Spiritual travelogue
Hill had arrived at the inception of that theatre, and was quickly welcomed into a family of determined artists. “During the day I would take classes at ACT |San Francisco’s American Conservatory Theatre~, then at night I would teach what I had learned at the Asian-American,” she recounts. “I was teaching and directing and acting, while I was learning.” Out of that flurry of creativity came some landmark productions, including Philip Kan Gotanda’s The Wash, David Henry Hwang’s F.O.B. and Genny Lim’s Paper Angels.
After eight frantic, productive years at the Asian-American Theatre Workshop, Hill uprooted herself and moved again–this time to Los Angeles, where the Japanese American Cultural Community Center asked her in 1991 to create a monologue for its annual “Fresh Tracks” series. “I wanted to be surprised by what came out of me,” she recalls. A slow process of journalizing her memories gave birth to Tokyo Bound, a spiritual travelogue through racism, Japanese culture and the search for identity.
Alternately outrageous and reflective, Hill plays out a series of vivid snapshots of Japanese women: a department store “escalator girl,” wearing white gloves and hat, who continuously wipes the handrail of the escalator with a handkerchief while welcoming the customers. Or a pop singer in a fluffy red dress covered with Japanese snack package labels, lip-synching the disco refrain Shinu hodo itai na no yo! (“I’d rather die than say goodbye”), dragging a pantomime dagger across her stomach in mass-media seppuku. Or the female talk-show host who suffers from a hacking smoker’s cough (“I gave up many things in life. Marriage. Family… cough… Smoking… long pause…My uterus…”). These flamboyant, hilarious characterizations are contrasted with her own painful attempts to fit in, braving public nudity in public baths and shopping for clothes that were always several sizes too small.
A Japanese talking clock
Developed in collaboration with director Anne Etue and dramaturg Judith Nihei, Tokyo Bound reflects America’s desperate search for a multi-ethnic philosopher’s stone, and Hill has toured the show around the country, from Seattle’s Bumbershoot Festival to the New York Shakespeare Festival. But when the Rodney King riots tore through Los Angeles, Hill stopped writing. “I just didn’t know what I could do to make an impact,” she says. “Then as I watched the riots I remembered feeling that kind of rage when I was young. I started writing childhood memories, and that’s when Beside Myself started.”
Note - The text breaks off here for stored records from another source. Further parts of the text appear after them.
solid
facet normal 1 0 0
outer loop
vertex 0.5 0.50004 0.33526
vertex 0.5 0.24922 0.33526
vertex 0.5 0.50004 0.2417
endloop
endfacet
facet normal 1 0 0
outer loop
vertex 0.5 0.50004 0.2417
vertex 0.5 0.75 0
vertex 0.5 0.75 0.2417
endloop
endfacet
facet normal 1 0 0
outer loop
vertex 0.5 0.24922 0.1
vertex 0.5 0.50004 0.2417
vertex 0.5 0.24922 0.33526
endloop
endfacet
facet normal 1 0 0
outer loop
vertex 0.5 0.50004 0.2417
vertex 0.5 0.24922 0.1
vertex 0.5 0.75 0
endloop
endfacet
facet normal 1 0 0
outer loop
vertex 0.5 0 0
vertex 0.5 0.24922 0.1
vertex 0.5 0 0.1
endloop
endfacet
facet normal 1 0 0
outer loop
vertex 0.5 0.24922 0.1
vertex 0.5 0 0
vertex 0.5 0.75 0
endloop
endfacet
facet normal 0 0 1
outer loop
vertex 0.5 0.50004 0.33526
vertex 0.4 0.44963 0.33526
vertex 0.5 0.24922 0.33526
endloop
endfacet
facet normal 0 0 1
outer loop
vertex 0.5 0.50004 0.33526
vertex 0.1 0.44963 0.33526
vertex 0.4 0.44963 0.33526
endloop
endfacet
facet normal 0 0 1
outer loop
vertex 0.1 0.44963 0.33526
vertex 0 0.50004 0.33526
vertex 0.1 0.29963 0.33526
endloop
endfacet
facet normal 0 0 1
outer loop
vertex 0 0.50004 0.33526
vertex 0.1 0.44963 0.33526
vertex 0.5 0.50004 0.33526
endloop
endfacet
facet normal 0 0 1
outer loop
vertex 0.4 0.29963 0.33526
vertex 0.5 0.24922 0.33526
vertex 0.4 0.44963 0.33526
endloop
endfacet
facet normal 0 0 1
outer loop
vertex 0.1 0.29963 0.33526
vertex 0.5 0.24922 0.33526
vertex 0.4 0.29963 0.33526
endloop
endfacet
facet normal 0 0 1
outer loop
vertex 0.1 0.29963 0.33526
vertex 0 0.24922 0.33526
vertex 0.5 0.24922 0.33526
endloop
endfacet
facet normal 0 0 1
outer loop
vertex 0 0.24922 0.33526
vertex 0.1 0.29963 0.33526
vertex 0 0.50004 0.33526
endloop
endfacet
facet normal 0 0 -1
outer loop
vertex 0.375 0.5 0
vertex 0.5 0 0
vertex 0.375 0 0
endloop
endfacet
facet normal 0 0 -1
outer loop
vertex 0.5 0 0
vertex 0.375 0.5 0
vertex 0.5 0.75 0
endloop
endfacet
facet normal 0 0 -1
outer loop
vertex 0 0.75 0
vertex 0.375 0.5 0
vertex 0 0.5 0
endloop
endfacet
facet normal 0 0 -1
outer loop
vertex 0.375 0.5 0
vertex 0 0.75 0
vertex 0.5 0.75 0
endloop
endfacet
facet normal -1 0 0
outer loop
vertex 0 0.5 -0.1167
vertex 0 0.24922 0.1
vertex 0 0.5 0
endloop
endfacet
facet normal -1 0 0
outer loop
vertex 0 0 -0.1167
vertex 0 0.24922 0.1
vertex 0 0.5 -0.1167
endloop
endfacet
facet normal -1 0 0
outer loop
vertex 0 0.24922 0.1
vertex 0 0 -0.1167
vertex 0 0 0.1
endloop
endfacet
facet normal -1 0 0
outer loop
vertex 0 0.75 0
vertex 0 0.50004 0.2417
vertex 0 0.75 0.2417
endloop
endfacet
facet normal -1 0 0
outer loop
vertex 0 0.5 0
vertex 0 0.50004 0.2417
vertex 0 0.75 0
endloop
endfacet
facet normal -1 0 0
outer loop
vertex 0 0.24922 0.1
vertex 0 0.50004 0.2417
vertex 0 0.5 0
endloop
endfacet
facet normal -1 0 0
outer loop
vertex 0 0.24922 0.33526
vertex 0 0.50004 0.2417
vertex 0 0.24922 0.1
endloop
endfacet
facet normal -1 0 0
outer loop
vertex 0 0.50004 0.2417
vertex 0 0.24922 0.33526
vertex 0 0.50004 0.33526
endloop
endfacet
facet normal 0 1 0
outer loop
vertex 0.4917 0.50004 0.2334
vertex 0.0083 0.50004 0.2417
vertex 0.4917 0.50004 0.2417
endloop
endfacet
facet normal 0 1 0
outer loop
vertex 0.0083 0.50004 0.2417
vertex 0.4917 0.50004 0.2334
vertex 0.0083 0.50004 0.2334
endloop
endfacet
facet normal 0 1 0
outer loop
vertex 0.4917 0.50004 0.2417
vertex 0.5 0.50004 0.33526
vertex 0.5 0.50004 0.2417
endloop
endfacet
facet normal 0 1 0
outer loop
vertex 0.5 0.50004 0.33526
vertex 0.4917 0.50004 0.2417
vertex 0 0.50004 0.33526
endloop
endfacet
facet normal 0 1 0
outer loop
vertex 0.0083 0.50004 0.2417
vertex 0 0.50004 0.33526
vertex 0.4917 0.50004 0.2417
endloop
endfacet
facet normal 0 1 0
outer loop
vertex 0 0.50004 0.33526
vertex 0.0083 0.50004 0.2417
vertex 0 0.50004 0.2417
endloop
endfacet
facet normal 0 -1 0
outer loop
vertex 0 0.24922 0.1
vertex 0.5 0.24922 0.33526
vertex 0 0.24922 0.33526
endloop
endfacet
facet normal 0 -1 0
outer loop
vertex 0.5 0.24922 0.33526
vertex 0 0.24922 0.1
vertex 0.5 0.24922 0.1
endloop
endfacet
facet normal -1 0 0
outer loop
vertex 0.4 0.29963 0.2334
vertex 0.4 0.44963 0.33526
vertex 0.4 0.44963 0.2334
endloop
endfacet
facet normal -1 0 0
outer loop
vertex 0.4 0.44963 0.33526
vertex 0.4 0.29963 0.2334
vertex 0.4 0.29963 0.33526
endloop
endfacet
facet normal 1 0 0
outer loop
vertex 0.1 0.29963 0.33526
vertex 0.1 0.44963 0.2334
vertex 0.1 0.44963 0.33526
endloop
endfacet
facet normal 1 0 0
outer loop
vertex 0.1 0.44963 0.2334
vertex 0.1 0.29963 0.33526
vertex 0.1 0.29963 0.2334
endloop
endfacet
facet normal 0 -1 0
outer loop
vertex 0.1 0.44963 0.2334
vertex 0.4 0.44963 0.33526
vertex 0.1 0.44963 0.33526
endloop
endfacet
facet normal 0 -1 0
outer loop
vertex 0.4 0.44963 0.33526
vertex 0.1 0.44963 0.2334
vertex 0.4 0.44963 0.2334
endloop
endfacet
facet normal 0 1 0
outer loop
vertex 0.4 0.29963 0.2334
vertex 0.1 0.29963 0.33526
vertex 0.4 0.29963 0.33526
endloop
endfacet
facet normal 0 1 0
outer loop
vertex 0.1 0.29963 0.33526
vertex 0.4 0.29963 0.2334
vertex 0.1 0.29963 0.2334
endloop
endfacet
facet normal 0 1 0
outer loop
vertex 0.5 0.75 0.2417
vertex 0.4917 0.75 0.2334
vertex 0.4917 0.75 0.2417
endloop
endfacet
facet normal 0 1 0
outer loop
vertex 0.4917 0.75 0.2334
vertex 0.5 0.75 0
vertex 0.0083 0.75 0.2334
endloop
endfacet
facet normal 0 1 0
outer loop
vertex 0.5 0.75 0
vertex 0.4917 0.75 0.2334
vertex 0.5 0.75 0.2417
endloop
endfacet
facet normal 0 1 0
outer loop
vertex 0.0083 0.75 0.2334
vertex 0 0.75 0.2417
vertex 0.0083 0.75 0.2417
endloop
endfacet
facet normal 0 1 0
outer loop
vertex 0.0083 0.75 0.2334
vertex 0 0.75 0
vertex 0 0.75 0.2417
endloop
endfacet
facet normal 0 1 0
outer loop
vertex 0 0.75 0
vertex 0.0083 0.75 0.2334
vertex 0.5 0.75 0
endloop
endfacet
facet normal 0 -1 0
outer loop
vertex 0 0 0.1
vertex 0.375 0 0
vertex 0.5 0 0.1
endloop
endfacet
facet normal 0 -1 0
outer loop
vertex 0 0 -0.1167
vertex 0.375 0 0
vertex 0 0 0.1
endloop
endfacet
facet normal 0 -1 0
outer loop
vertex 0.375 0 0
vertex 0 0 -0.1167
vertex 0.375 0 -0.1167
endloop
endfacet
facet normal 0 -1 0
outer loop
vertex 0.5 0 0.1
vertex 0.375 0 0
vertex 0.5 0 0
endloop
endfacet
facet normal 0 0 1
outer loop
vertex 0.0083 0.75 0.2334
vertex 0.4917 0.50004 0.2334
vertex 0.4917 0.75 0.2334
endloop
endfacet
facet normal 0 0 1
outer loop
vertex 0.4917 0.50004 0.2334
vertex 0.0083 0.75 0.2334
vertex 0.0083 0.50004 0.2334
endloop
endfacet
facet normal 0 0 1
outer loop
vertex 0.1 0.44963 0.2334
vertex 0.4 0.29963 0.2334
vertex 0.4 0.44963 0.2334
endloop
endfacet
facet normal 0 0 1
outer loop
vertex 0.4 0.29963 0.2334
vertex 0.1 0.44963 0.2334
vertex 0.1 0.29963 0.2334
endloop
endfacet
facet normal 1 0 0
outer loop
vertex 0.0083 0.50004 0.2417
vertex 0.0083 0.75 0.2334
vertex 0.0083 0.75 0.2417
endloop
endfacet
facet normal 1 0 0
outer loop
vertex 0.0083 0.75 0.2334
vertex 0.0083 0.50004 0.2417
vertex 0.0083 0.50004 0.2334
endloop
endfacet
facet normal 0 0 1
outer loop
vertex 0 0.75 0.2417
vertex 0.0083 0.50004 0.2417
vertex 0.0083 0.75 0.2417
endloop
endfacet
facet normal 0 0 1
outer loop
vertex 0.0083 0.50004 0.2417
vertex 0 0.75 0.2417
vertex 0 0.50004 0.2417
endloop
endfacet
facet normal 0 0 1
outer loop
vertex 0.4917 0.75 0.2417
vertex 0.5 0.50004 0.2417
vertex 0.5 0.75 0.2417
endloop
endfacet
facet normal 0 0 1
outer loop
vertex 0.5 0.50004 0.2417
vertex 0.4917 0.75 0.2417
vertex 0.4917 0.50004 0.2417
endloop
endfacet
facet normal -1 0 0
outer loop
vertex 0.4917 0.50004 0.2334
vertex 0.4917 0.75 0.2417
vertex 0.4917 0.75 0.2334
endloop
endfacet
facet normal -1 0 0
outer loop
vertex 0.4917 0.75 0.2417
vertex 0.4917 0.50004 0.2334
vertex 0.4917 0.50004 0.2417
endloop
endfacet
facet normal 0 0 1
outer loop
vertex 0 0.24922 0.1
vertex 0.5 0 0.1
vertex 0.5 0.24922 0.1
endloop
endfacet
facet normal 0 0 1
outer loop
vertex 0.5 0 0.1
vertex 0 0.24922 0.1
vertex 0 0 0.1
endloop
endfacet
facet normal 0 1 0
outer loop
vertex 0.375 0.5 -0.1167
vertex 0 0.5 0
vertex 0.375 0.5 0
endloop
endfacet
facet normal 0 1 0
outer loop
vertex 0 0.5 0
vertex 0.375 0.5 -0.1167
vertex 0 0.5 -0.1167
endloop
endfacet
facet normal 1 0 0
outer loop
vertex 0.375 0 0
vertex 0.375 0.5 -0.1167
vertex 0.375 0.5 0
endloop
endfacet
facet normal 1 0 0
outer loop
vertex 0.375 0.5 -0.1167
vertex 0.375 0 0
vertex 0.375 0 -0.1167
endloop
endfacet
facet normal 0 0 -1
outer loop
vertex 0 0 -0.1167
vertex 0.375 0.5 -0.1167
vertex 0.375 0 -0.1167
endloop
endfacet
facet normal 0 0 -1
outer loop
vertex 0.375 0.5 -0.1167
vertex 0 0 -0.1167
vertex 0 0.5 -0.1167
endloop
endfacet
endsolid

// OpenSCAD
// === Main Reference Slab Parameters ===
base_length = 0.5;      // X dimension
base_width = 0.75;      // Y dimension
base_height = 0.016667; // Z dimension (thickness)

// === Upper-Side Block Parameters ===
upper_block_width = 0.5;
upper_block_depth = 0.5;
upper_front_offset = 0.25;
upper_reach = 0.2334;   // Total reach from base datum

// === Edge Strip Parameters ===
strip_width = 0.0083;
strip_length = 0.5;
strip_depth = 0.0083;
strip_front_offset = 0.25;
strip_edge_offset = 0.4917;

// === Transverse Feature Parameters ===
transverse_width = 0.5;
transverse_depth = 0.250819;
transverse_front_offset = 0.24922;
transverse_back_offset = 0.249961;
transverse_thickness = 0.0021;
transverse_reach = 0.335265;

// === Transverse Void Parameters ===
void_width = 0.3;
void_depth = 0.15;

// === Stepped Portion Parameters ===
shallow_depth = 0.1;       // Upper pad depth
deeper_depth = 0.2167;     // Deeper continuation depth
shallow_width = 0.5;
shallow_length = 0.5;
deeper_width = 0.375;      // Contained within shallow footprint
deeper_length = 0.5;

// === Resolution ===
$fn = 100;

// === Main Assembly ===
union() {
    // Step 1: Main reference slab (base)
    cube([base_length, base_width, base_height]);

    // Step 2: Upper-side rectangular feature
    // Flush to left, right, back; offset from front
    translate([0, upper_front_offset, 0])
        cube([upper_block_width, upper_block_depth, upper_reach]);

    // Step 3: Left edge strip
    // Flush with left edge, offset from right
    translate([0, strip_front_offset, upper_reach])
        cube([strip_width, strip_length, strip_depth]);

    // Step 4: Right edge strip
    // Flush with right edge, offset from left
    translate([base_length - strip_width, strip_front_offset, upper_reach])
        cube([strip_width, strip_length, strip_depth]);

    // Step 5: Thin transverse feature with void
    // Flush to left/right, offset from front and back
    difference() {
        // Solid transverse feature
        translate([0, transverse_front_offset, 0])
            cube([transverse_width, transverse_depth, transverse_reach]);

        // Closed internal void profile (rectangular cutout through feature)
        translate([
            (transverse_width - void_width) / 2,
            transverse_front_offset + (transverse_depth - void_depth) / 2,
            -0.001
        ])
            cube([void_width, void_depth, transverse_reach + 0.002]);
    }

    // Step 6: Stepped portion - shallow upper pad
    // Reach measured from base datum
    cube([shallow_width, shallow_length, shallow_depth]);

    // Step 7: Stepped portion - deeper continuation
    // Extends below shoulder; reach measured from same shoulder
    // Shares left, front, back edges with shallow footprint
    translate([0, 0, -(deeper_depth - shallow_depth)])
        cube([deeper_width, deeper_length, deeper_depth]);
}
While Beside Myself chronicles events in her childhood and youth that shaped her perception of the world, her most recent piece, Reunion, focuses on someone else: Hill’s 80-year-old mother, portrayed by her daughter in a series of conversations with a Japanese-speaking talking clock. “Reunion is my mother’s story, but really all women’s,” Hill says.
In addition to her solo work, Hill works as an actress in theatre, television and film, and also produces and hosts a public access cable show focusing on Asian-Pacific Americans in arts and entertainment. A member of the Mark Taper Forum’s Mentor Playwrights Program, she recently directed 29 1/2 Dreams: Women Walking Through Walls at East West Players in Los Angeles.
Amy Hill seems to have inherited an important strategy from the Japanese: Her surfeit of charm eases our awareness of being confronted. It is only in retrospect that we find ourselves sympathetically weighing Hill’s conflicts as though they were our own–that we discover it was not only Amy Hill’s identity hanging in the balance, but ours as well.